* **Task instructions**:
Give back the entries exactly, ending with the "f 196 285 195" line.

------------------------------------

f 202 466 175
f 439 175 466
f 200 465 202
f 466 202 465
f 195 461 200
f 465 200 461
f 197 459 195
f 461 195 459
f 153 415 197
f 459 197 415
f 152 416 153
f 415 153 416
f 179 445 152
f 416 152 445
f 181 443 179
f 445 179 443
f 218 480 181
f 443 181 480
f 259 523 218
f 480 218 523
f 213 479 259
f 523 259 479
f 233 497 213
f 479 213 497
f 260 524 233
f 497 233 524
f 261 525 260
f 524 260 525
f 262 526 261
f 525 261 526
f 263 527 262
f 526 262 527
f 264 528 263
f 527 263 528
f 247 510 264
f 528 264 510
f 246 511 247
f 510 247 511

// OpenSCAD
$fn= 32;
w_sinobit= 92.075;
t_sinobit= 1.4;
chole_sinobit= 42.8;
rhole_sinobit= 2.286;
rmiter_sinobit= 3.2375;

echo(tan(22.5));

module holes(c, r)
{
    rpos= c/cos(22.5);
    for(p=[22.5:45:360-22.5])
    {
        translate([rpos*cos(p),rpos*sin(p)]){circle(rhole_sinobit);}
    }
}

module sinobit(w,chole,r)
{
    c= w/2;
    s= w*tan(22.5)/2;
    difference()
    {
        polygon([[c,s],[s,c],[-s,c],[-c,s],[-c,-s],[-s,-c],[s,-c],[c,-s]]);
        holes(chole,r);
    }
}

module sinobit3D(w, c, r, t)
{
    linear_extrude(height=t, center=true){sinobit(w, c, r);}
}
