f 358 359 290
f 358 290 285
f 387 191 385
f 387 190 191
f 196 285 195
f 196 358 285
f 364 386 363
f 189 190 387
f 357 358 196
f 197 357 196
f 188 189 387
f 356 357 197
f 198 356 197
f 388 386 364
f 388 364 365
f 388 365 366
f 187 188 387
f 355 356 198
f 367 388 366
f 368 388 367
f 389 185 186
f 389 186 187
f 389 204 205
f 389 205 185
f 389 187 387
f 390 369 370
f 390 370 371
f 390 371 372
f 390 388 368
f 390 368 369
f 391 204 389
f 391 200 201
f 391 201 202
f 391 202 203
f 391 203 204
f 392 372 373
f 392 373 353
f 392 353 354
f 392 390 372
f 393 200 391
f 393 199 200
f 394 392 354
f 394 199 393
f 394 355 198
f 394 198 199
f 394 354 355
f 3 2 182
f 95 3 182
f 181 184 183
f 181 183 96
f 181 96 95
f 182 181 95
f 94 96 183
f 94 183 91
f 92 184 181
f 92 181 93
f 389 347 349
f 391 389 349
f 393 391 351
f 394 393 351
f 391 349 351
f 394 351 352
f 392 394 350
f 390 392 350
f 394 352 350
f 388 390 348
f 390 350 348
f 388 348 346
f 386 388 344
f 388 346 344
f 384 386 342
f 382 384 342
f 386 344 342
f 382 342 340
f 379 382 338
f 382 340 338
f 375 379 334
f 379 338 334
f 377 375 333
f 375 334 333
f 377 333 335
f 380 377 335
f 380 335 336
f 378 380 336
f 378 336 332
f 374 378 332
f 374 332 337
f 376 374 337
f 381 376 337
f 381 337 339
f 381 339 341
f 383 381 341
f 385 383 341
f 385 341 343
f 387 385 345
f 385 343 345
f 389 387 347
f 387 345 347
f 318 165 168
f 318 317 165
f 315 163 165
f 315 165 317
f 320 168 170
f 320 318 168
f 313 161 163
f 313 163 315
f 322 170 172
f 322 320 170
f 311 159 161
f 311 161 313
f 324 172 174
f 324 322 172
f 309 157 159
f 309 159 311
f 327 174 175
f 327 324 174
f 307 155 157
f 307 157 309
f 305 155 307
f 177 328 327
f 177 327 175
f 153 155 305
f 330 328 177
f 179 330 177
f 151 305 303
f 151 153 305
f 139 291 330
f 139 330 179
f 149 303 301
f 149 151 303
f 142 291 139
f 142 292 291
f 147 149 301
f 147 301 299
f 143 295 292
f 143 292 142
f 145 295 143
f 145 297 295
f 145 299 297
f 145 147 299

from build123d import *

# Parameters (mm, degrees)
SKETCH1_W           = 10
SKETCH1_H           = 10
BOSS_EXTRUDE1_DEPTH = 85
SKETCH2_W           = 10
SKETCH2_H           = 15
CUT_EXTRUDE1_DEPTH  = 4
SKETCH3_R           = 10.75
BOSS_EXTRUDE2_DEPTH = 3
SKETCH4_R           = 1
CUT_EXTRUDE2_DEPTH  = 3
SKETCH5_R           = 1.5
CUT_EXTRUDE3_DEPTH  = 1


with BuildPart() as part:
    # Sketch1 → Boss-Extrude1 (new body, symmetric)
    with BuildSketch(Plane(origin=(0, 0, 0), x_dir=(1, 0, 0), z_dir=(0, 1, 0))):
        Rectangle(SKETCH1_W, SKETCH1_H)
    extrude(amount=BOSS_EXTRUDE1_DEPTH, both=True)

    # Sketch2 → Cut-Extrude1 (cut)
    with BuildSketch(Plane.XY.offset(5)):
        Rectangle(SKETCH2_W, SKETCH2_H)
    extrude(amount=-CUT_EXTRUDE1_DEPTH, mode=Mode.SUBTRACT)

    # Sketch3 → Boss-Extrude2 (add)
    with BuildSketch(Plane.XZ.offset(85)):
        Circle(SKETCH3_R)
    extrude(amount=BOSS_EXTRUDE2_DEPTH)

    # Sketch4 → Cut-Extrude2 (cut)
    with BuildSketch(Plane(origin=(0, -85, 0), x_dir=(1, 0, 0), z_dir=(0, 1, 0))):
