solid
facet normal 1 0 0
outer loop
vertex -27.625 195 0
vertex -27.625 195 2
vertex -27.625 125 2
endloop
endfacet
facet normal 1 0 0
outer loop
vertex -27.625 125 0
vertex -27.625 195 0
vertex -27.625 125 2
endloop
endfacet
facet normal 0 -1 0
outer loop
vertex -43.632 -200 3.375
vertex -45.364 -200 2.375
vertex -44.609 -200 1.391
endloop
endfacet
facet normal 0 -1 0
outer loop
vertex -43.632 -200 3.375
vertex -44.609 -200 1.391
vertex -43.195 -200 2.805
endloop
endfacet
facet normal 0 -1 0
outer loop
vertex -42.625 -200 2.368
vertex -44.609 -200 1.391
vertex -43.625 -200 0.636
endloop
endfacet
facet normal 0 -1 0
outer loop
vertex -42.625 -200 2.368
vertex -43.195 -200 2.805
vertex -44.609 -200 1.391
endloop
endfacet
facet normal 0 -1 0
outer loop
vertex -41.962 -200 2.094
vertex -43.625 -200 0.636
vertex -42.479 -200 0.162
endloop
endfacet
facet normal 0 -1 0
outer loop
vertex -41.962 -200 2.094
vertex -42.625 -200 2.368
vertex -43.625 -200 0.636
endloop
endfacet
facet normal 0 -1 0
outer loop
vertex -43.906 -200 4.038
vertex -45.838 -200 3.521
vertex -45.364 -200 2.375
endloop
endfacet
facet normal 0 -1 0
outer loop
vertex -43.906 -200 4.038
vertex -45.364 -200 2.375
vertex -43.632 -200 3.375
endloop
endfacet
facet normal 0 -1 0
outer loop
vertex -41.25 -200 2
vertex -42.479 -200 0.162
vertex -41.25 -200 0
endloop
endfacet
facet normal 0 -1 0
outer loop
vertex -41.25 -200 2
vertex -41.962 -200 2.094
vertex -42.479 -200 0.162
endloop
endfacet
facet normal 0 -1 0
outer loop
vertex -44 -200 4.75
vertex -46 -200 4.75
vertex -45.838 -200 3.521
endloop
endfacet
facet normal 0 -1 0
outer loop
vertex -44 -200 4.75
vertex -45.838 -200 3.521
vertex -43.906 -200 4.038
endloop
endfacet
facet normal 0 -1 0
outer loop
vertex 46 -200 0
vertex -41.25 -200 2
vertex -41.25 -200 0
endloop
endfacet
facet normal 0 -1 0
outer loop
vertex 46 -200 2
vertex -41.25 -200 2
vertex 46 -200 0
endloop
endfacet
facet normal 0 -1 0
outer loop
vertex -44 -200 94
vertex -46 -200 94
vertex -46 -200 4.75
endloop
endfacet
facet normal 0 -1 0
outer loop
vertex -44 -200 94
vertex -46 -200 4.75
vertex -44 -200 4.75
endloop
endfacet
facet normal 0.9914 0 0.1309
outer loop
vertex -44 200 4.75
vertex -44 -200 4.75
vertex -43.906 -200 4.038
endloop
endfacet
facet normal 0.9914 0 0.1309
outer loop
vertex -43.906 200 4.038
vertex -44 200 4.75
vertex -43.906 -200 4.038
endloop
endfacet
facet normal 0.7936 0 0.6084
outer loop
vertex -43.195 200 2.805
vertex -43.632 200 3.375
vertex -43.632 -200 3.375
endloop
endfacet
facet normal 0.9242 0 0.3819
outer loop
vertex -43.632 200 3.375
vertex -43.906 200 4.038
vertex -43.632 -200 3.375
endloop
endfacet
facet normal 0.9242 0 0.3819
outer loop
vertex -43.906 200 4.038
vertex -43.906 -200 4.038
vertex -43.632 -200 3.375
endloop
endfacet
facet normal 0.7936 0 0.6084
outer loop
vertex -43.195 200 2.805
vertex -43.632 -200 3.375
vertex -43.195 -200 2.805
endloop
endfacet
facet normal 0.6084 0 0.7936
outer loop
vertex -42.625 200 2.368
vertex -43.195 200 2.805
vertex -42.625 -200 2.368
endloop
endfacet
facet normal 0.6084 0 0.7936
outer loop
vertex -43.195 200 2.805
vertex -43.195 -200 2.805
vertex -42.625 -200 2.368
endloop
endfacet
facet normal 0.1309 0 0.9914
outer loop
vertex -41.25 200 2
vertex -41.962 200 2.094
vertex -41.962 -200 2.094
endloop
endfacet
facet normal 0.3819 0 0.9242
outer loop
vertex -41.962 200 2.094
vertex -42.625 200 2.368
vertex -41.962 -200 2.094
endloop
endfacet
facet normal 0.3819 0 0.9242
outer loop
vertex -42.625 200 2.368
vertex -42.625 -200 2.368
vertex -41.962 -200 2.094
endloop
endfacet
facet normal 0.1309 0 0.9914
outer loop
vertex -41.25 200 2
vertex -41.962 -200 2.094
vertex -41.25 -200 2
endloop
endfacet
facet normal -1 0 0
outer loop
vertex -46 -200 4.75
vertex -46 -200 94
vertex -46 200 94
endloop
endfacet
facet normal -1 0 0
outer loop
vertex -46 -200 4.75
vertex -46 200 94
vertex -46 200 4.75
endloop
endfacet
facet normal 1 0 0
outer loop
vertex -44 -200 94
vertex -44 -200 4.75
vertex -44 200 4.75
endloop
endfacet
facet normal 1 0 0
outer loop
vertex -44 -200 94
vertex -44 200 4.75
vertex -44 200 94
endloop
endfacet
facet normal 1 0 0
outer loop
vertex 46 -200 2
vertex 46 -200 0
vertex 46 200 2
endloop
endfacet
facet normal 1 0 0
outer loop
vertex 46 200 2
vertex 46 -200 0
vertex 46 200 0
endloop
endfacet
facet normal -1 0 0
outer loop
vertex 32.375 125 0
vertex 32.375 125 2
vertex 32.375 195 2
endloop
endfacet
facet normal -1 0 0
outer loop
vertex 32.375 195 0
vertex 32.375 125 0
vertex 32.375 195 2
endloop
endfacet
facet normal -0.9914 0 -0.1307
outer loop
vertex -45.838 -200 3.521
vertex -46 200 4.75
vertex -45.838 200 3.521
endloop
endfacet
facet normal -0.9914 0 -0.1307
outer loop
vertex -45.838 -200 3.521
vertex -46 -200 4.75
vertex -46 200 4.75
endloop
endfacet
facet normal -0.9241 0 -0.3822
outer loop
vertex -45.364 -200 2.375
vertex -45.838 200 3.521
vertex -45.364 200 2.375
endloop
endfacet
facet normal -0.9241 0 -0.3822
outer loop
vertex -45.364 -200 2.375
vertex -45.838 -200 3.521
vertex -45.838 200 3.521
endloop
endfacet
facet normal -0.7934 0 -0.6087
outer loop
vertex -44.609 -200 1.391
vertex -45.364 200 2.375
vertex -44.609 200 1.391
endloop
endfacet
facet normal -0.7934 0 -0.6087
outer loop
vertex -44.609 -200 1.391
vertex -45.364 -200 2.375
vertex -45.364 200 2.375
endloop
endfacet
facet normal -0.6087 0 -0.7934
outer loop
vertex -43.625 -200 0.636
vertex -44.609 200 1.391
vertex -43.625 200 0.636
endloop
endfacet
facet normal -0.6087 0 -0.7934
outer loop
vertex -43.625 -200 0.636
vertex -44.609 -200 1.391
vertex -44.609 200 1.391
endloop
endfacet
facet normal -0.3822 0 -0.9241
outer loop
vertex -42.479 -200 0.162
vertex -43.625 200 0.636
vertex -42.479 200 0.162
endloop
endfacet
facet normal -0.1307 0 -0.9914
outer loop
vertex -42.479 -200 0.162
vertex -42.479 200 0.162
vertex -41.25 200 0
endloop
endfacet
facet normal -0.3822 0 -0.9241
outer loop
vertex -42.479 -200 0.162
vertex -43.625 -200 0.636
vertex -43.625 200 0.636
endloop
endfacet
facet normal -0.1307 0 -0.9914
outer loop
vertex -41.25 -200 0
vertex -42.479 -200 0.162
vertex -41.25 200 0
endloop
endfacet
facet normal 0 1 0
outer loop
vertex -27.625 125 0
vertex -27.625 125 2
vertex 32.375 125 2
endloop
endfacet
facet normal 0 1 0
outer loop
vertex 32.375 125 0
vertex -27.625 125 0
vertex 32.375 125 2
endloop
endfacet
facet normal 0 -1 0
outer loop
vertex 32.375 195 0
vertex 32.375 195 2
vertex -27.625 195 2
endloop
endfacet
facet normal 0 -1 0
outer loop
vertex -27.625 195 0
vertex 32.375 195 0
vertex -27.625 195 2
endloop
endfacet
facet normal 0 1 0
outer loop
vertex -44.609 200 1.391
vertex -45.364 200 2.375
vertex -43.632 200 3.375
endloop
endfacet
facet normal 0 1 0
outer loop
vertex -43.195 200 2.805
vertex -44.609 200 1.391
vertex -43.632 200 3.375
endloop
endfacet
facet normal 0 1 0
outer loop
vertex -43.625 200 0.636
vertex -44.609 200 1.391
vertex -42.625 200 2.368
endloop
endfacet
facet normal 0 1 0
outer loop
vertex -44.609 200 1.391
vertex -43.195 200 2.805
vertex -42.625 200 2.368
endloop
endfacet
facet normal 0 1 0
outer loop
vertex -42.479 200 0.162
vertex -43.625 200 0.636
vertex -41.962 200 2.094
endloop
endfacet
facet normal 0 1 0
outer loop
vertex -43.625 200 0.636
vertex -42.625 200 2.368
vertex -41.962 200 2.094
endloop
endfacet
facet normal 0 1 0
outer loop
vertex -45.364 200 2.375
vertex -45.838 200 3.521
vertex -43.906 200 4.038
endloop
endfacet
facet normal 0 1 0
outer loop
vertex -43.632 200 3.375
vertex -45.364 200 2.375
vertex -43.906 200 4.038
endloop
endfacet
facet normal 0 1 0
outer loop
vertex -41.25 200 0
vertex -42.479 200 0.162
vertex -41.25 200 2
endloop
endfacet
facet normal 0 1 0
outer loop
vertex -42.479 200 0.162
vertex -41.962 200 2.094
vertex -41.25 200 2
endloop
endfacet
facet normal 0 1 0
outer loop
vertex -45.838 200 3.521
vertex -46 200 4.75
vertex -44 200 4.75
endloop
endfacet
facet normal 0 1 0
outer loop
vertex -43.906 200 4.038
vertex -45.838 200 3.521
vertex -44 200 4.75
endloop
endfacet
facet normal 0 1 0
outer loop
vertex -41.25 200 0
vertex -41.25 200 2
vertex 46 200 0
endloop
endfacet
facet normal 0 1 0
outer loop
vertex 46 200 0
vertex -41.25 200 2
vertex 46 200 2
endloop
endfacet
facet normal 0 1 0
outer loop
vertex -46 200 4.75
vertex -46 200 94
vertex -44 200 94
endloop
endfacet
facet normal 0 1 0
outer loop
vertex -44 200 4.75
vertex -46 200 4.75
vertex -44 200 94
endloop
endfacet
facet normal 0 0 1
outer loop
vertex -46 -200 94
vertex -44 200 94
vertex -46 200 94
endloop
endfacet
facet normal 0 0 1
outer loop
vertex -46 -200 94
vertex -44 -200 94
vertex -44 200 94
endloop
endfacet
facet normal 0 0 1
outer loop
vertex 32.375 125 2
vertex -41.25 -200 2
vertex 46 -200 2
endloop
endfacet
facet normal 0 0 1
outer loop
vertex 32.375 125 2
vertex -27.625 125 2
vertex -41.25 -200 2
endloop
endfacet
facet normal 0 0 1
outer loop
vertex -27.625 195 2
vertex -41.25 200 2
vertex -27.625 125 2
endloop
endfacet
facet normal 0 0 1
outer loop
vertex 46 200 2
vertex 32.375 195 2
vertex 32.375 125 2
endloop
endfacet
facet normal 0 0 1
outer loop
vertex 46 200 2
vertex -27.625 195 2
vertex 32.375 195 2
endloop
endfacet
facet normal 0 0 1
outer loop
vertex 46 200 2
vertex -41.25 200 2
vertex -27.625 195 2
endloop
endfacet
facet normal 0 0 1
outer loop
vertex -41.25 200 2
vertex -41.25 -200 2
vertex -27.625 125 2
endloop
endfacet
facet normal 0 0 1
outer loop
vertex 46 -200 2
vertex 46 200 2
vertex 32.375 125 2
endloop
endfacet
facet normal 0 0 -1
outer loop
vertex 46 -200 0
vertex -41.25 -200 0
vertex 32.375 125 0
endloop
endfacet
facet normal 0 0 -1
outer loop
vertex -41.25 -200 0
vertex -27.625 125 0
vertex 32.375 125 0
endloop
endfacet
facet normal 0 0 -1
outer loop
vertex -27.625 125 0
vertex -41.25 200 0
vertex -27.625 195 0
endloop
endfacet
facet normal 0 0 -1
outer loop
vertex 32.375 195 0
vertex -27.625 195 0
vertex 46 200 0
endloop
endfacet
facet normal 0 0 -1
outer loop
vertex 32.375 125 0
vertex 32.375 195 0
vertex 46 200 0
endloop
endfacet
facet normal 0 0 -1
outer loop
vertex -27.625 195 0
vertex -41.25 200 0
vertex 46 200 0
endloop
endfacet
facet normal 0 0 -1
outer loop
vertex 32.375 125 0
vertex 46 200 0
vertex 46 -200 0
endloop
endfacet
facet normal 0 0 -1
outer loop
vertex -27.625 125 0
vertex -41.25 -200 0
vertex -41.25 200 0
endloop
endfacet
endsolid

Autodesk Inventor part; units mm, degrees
ref_plane "YZ Plane" through (0, 0, 0) normal (1, 0, 0) x (0, 1, 0)
ref_plane "XZ Plane" through (0, 0, 0) normal (0, 1, 0) x (-1, 0, 0)
ref_plane "XY Plane" through (0, 0, 0) normal (0, 0, 1) x (1, 0, 0)
sketch "Sketch1" plane through (0, 0, 0) normal (0, 0, 1) x (1, 0, 0)
  line L0 (-46, -200) -> (46, -200)
  line L1 (46, -200) -> (46, 200)
  line L2 (46, 200) -> (-46, 200)
  line L3 (-46, 200) -> (-46, -200)
  line L4 (-46, -200) -> (46, 200) construction
  line L5 (46, -200) -> (-46, 200) construction
  point P0 (0, 0)
  dimension "d154" = 92
  dimension "d155" = 400
extrude "Plate5" add sketch "Sketch1" along normal blind 2
sketch "Sketch7" plane through (-44, -200, 0) normal (-1, 0, 0) x (0, -1, 0)
  line L0 (-400, 0) -> (0, 0)
  line L1 (0, 0) -> (0, 94)
  line L2 (0, 94) -> (-400, 94)
  line L3 (-400, 94) -> (-400, 0)
edge flange "Flange3" height 94 angle 90 thickness 2 bend radius 2.75 thickness toward (-1, 0, 0) relief round relief width 2 relief depth 1 edges at (-46, 0, 2) wall of the first edge with corners at (-44, 200, 0) (-44, -200, 0) (-44, -200, 94) (-44, 200, 94)
bend "Bend3"
corner "Corner3"
sketch "Sketch8" plane through (0, 0, 2) normal (0, 0, 1) x (1, 0, 0)
  line L0 (46, 200) -> (46, -200) projected
  line L1 (-41.25, 200) -> (46, 200) projected
  line L2 (32.375, 195) -> (-27.625, 195)
  line L3 (-27.625, 195) -> (-27.625, 125)
  line L4 (-27.625, 125) -> (32.375, 125)
  line L5 (32.375, 125) -> (32.375, 195)
  line L6 (32.375, 195) -> (-27.625, 125) construction
  line L7 (-27.625, 195) -> (32.375, 125) construction
  point P0 (0, 0)
  point P1 (2.375, 160)
  point P2 (2.375, 200)
  dimension "d167" = 60
  dimension "d168" = 70
  dimension "d169" = 5
extrude "Cut1" cut sketch "Sketch8" against normal blind 2
properties part number "PNS 752 FDS 1200 FLANGE 2" material "Stainless Steel"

------------------------------------

* **Solution to this problem**:
f 202 466 175
f 439 175 466
f 200 465 202
f 466 202 465
f 195 461 200
f 465 200 461
f 197 459 195
f 461 195 459
f 153 415 197
f 459 197 415
f 152 416 153
f 415 153 416
f 179 445 152
f 416 152 445
f 181 443 179
f 445 179 443
f 218 480 181
f 443 181 480
f 259 523 218
f 480 218 523
f 213 479 259
f 523 259 479
f 233 497 213
f 479 213 497
f 260 524 233
f 497 233 524
f 261 525 260
f 524 260 525
f 262 526 261
f 525 261 526
f 263 527 262
f 526 262 527
f 264 528 263
f 527 263 528
f 247 510 264
f 528 264 510
f 246 511 247
f 510 247 511

// OpenSCAD
$fn= 32;
w_sinobit= 92.075;
t_sinobit= 1.4;
chole_sinobit= 42.8;
rhole_sinobit= 2.286;
rmiter_sinobit= 3.2375;

echo(tan(22.5));

module holes(c, r)
{
    rpos= c/cos(22.5);
    for(p=[22.5:45:360-22.5])
    {
        translate([rpos*cos(p),rpos*sin(p)]){circle(rhole_sinobit);}
    }
}

module sinobit(w,chole,r)
{
    c= w/2;
    s= w*tan(22.5)/2;
    difference()
    {
        polygon([[c,s],[s,c],[-s,c],[-c,s],[-c,-s],[-s,-c],[s,-c],[c,-s]]);
        holes(chole,r);
    }
}

module sinobit3D(w, c, r, t)
{
    linear_extrude(height=t, center=true){sinobit(w, c, r);}
}
f 358 359 290
f 358 290 285
f 387 191 385
f 387 190 191
f 196 285 195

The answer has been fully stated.